### Provided material

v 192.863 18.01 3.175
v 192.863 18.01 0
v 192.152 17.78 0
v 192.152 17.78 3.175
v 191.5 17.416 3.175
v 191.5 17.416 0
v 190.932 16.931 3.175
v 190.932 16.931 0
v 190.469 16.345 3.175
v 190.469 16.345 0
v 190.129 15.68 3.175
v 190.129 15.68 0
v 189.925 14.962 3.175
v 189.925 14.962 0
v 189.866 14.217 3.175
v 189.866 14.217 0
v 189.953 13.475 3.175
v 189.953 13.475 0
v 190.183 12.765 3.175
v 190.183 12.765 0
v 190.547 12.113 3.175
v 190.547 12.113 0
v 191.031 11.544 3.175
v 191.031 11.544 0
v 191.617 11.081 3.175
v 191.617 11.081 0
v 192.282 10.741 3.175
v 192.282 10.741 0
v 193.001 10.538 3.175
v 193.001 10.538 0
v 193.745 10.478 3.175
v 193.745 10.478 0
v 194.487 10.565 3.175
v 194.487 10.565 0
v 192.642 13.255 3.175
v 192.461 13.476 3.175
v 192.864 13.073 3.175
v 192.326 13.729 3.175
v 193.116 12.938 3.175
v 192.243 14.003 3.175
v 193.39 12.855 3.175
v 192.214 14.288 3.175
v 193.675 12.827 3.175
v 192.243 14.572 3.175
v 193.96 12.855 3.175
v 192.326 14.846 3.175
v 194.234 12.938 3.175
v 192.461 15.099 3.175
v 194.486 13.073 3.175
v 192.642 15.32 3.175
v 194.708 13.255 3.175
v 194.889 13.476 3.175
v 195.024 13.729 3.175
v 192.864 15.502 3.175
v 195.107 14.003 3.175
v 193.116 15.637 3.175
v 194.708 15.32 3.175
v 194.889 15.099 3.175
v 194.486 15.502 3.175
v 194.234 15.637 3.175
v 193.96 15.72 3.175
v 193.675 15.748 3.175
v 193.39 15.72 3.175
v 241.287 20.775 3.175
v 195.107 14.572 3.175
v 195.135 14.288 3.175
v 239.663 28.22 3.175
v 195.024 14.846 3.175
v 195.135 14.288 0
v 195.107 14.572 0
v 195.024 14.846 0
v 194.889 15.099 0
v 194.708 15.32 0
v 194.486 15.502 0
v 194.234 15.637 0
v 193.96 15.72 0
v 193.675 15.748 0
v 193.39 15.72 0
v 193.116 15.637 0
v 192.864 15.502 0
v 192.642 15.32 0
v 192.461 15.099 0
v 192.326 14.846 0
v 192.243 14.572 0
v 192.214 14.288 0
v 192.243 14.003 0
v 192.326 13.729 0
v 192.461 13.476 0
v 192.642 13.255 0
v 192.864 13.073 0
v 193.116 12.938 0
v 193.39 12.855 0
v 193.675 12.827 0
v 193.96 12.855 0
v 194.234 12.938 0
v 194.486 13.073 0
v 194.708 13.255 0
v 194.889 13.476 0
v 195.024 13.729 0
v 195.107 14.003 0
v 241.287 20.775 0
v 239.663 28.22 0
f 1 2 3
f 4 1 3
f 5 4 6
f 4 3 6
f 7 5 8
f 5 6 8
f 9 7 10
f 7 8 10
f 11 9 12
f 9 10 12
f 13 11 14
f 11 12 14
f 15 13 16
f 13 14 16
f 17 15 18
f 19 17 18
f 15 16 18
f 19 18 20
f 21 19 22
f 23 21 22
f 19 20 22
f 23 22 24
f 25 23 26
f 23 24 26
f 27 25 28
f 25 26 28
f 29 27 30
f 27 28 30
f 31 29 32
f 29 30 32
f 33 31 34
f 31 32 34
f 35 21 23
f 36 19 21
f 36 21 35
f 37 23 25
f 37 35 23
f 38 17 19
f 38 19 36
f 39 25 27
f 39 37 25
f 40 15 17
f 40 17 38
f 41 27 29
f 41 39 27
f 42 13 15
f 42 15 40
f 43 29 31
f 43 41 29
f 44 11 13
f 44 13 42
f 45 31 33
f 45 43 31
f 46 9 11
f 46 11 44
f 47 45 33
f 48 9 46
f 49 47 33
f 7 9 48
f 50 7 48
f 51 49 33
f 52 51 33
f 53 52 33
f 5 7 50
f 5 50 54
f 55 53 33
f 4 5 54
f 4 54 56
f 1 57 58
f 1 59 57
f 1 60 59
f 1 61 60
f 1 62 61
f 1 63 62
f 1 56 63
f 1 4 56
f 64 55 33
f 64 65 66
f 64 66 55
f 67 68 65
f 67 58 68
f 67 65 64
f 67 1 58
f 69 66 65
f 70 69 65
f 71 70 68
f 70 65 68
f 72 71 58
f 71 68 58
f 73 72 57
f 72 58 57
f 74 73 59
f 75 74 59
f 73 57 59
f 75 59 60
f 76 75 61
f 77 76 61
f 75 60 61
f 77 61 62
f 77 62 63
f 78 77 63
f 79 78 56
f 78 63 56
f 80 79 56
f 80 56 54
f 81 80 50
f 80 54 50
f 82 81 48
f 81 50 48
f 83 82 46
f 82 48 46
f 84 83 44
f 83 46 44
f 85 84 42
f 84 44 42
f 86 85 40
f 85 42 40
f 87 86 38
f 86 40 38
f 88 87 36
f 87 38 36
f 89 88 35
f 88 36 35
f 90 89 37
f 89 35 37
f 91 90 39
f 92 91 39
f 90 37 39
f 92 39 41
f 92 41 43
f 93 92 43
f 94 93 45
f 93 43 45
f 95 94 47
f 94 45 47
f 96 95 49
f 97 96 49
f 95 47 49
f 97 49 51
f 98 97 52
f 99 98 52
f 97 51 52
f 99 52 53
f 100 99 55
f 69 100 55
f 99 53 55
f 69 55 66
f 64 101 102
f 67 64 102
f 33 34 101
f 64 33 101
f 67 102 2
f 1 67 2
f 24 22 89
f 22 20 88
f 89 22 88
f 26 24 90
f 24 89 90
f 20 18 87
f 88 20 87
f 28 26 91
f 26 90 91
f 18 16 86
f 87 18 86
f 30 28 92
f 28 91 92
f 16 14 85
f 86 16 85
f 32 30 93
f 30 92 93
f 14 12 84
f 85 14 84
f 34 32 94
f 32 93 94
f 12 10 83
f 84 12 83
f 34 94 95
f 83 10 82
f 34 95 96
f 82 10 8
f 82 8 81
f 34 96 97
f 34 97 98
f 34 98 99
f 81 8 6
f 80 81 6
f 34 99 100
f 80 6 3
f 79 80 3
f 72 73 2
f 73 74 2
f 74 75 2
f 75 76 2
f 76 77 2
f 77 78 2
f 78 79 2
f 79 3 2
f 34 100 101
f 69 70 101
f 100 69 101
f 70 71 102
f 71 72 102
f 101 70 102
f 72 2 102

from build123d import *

# Parameters (mm, degrees)
SKETCH2_R           = 3.81
BOSS_EXTRUDE1_DEPTH = 3.175
SKETCH3_R           = 1.4605
CUT_EXTRUDE1_DEPTH  = 3.175


with BuildPart() as part:
    # Sketch2 → Boss-Extrude1 (new body)
    with BuildSketch(Plane.XY):
        with Locations((193.674999999, 14.287500001)):
            Circle(SKETCH2_R)
        Polygon((192.86290311, 18.009945251), (194.487096888, 10.56505475), (241.287043978, 20.775034718), (239.6628502, 28.219925218), align=None)
    extrude(amount=BOSS_EXTRUDE1_DEPTH)

    # Sketch3 → Cut-Extrude1 (cut)
    with BuildSketch(Plane.XY.offset(3.175)):
        with Locations((193.674999999, 14.287500001)):
            Circle(SKETCH3_R)
    extrude(amount=-CUT_EXTRUDE1_DEPTH, mode=Mode.SUBTRACT)


solid = part.part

######

*Directions*:
Can you reproduce all the material exactly?

*Exercise result*:
v 192.863 18.01 3.175
v 192.863 18.01 0
v 192.152 17.78 0
v 192.152 17.78 3.175
v 191.5 17.416 3.175
v 191.5 17.416 0
v 190.932 16.931 3.175
v 190.932 16.931 0
v 190.469 16.345 3.175
v 190.469 16.345 0
v 190.129 15.68 3.175
v 190.129 15.68 0
v 189.925 14.962 3.175
v 189.925 14.962 0
v 189.866 14.217 3.175
v 189.866 14.217 0
v 189.953 13.475 3.175
v 189.953 13.475 0
v 190.183 12.765 3.175
v 190.183 12.765 0
v 190.547 12.113 3.175
v 190.547 12.113 0
v 191.031 11.544 3.175
v 191.031 11.544 0
v 191.617 11.081 3.175
v 191.617 11.081 0
v 192.282 10.741 3.175
v 192.282 10.741 0
v 193.001 10.538 3.175
v 193.001 10.538 0
v 193.745 10.478 3.175
v 193.745 10.478 0
v 194.487 10.565 3.175
v 194.487 10.565 0
v 192.642 13.255 3.175
v 192.461 13.476 3.175
v 192.864 13.073 3.175
v 192.326 13.729 3.175
v 193.116 12.938 3.175
v 192.243 14.003 3.175
v 193.39 12.855 3.175
v 192.214 14.288 3.175
v 193.675 12.827 3.175
v 192.243 14.572 3.175
v 193.96 12.855 3.175
v 192.326 14.846 3.175
v 194.234 12.938 3.175
v 192.461 15.099 3.175
v 194.486 13.073 3.175
v 192.642 15.32 3.175
v 194.708 13.255 3.175
v 194.889 13.476 3.175
v 195.024 13.729 3.175
v 192.864 15.502 3.175
v 195.107 14.003 3.175
v 193.116 15.637 3.175
v 194.708 15.32 3.175
v 194.889 15.099 3.175
v 194.486 15.502 3.175
v 194.234 15.637 3.175
v 193.96 15.72 3.175
v 193.675 15.748 3.175
v 193.39 15.72 3.175
v 241.287 20.775 3.175
v 195.107 14.572 3.175
v 195.135 14.288 3.175
v 239.663 28.22 3.175
v 195.024 14.846 3.175
v 195.135 14.288 0
v 195.107 14.572 0
v 195.024 14.846 0
v 194.889 15.099 0
v 194.708 15.32 0
v 194.486 15.502 0
v 194.234 15.637 0
v 193.96 15.72 0
v 193.675 15.748 0
v 193.39 15.72 0
v 193.116 15.637 0
v 192.864 15.502 0
v 192.642 15.32 0
v 192.461 15.099 0
v 192.326 14.846 0
v 192.243 14.572 0
v 192.214 14.288 0
v 192.243 14.003 0
v 192.326 13.729 0
v 192.461 13.476 0
v 192.642 13.255 0
v 192.864 13.073 0
v 193.116 12.938 0
v 193.39 12.855 0
v 193.675 12.827 0
v 193.96 12.855 0
v 194.234 12.938 0
v 194.486 13.073 0
v 194.708 13.255 0
v 194.889 13.476 0
v 195.024 13.729 0
v 195.107 14.003 0
v 241.287 20.775 0
v 239.663 28.22 0
f 1 2 3
f 4 1 3
f 5 4 6
f 4 3 6
f 7 5 8
f 5 6 8
f 9 7 10
f 7 8 10
f 11 9 12
f 9 10 12
f 13 11 14
f 11 12 14
f 15 13 16
f 13 14 16
f 17 15 18
f 19 17 18
f 15 16 18
f 19 18 20
f 21 19 22
f 23 21 22
f 19 20 22
f 23 22 24
f 25 23 26
f 23 24 26
f 27 25 28
f 25 26 28
f 29 27 30
f 27 28 30
f 31 29 32
f 29 30 32
f 33 31 34
f 31 32 34
f 35 21 23
f 36 19 21
f 36 21 35
f 37 23 25
f 37 35 23
f 38 17 19
f 38 19 36
f 39 25 27
f 39 37 25
f 40 15 17
f 40 17 38
f 41 27 29
f 41 39 27
f 42 13 15
f 42 15 40
f 43 29 31
f 43 41 29
f 44 11 13
f 44 13 42
f 45 31 33
f 45 43 31
f 46 9 11
f 46 11 44
f 47 45 33
f 48 9 46
f 49 47 33
f 7 9 48
f 50 7 48
f 51 49 33
f 52 51 33
f 53 52 33
f 5 7 50
f 5 50 54
f 55 53 33
f 4 5 54
f 4 54 56
f 1 57 58
f 1 59 57
f 1 60 59
f 1 61 60
f 1 62 61
f 1 63 62
f 1 56 63
f 1 4 56
f 64 55 33
f 64 65 66
f 64 66 55
f 67 68 65
f 67 58 68
f 67 65 64
f 67 1 58
f 69 66 65
f 70 69 65
f 71 70 68
f 70 65 68
f 72 71 58
f 71 68 58
f 73 72 57
f 72 58 57
f 74 73 59
f 75 74 59
f 73 57 59
f 75 59 60
f 76 75 61
f 77 76 61
f 75 60 61
f 77 61 62
f 77 62 63
f 78 77 63
f 79 78 56
f 78 63 56
f 80 79 56
f 80 56 54
f 81 80 50
f 80 54 50
f 82 81 48
f 81 50 48
f 83 82 46
f 82 48 46
f 84 83 44
f 83 46 44
f 85 84 42
f 84 44 42
f 86 85 40
f 85 42 40
f 87 86 38
f 86 40 38
f 88 87 36
f 87 38 36
f 89 88 35
f 88 36 35
f 90 89 37
f 89 35 37
f 91 90 39
f 92 91 39
f 90 37 39
f 92 39 41
f 92 41 43
f 93 92 43
f 94 93 45
f 93 43 45
f 95 94 47
f 94 45 47
f 96 95 49
f 97 96 49
f 95 47 49
f 97 49 51
f 98 97 52
f 99 98 52
f 97 51 52
f 99 52 53
f 100 99 55
f 69 100 55
f 99 53 55
f 69 55 66
f 64 101 102
f 67 64 102
f 33 34 101
f 64 33 101
f 67 102 2
f 1 67 2
f 24 22 89
f 22 20 88
f 89 22 88
f 26 24 90
f 24 89 90
f 20 18 87
f 88 20 87
f 28 26 91
f 26 90 91
f 18 16 86
f 87 18 86
f 30 28 92
f 28 91 92
f 16 14 85
f 86 16 85
f 32 30 93
f 30 92 93
f 14 12 84
f 85 14 84
f 34 32 94
f 32 93 94
f 12 10 83
f 84 12 83
f 34 94 95
f 83 10 82
f 34 95 96
f 82 10 8
f 82 8 81
f 34 96 97
f 34 97 98
f 34 98 99
f 81 8 6
f 80 81 6
f 34 99 100
f 80 6 3
f 79 80 3
f 72 73 2
f 73 74 2
f 74 75 2
f 75 76 2
f 76 77 2
f 77 78 2
f 78 79 2
f 79 3 2
f 34 100 101
f 69 70 101
f 100 69 101
f 70 71 102
f 71 72 102
f 101 70 102
f 72 2 102

from build123d import *

# Parameters (mm, degrees)
SKETCH2_R           = 3.81
BOSS_EXTRUDE1_DEPTH = 3.175
SKETCH3_R           = 1.4605
CUT_EXTRUDE1_DEPTH  = 3.175


with BuildPart() as part:
    # Sketch2 → Boss-Extrude1 (new body)
    with BuildSketch(Plane.XY):
        with Locations((193.674999999, 14.287500001)):
            Circle(SKETCH2_R)
        Polygon((192.86290311, 18.009945251), (194.487096888, 10.56505475), (241.287043978, 20.775034718), (239.6628502, 28.219925218), align=None)
    extrude(amount=BOSS_EXTRUDE1_DEPTH)

    # Sketch3 → Cut-Extrude1 (cut)
    with BuildSketch(Plane.XY.offset(3.175)):
        with Locations((193.674999999, 14.287500001)):
            Circle(SKETCH3_R)
    extrude(amount=-CUT_EXTRUDE1_DEPTH, mode=Mode.SUBTRACT)


solid = part.part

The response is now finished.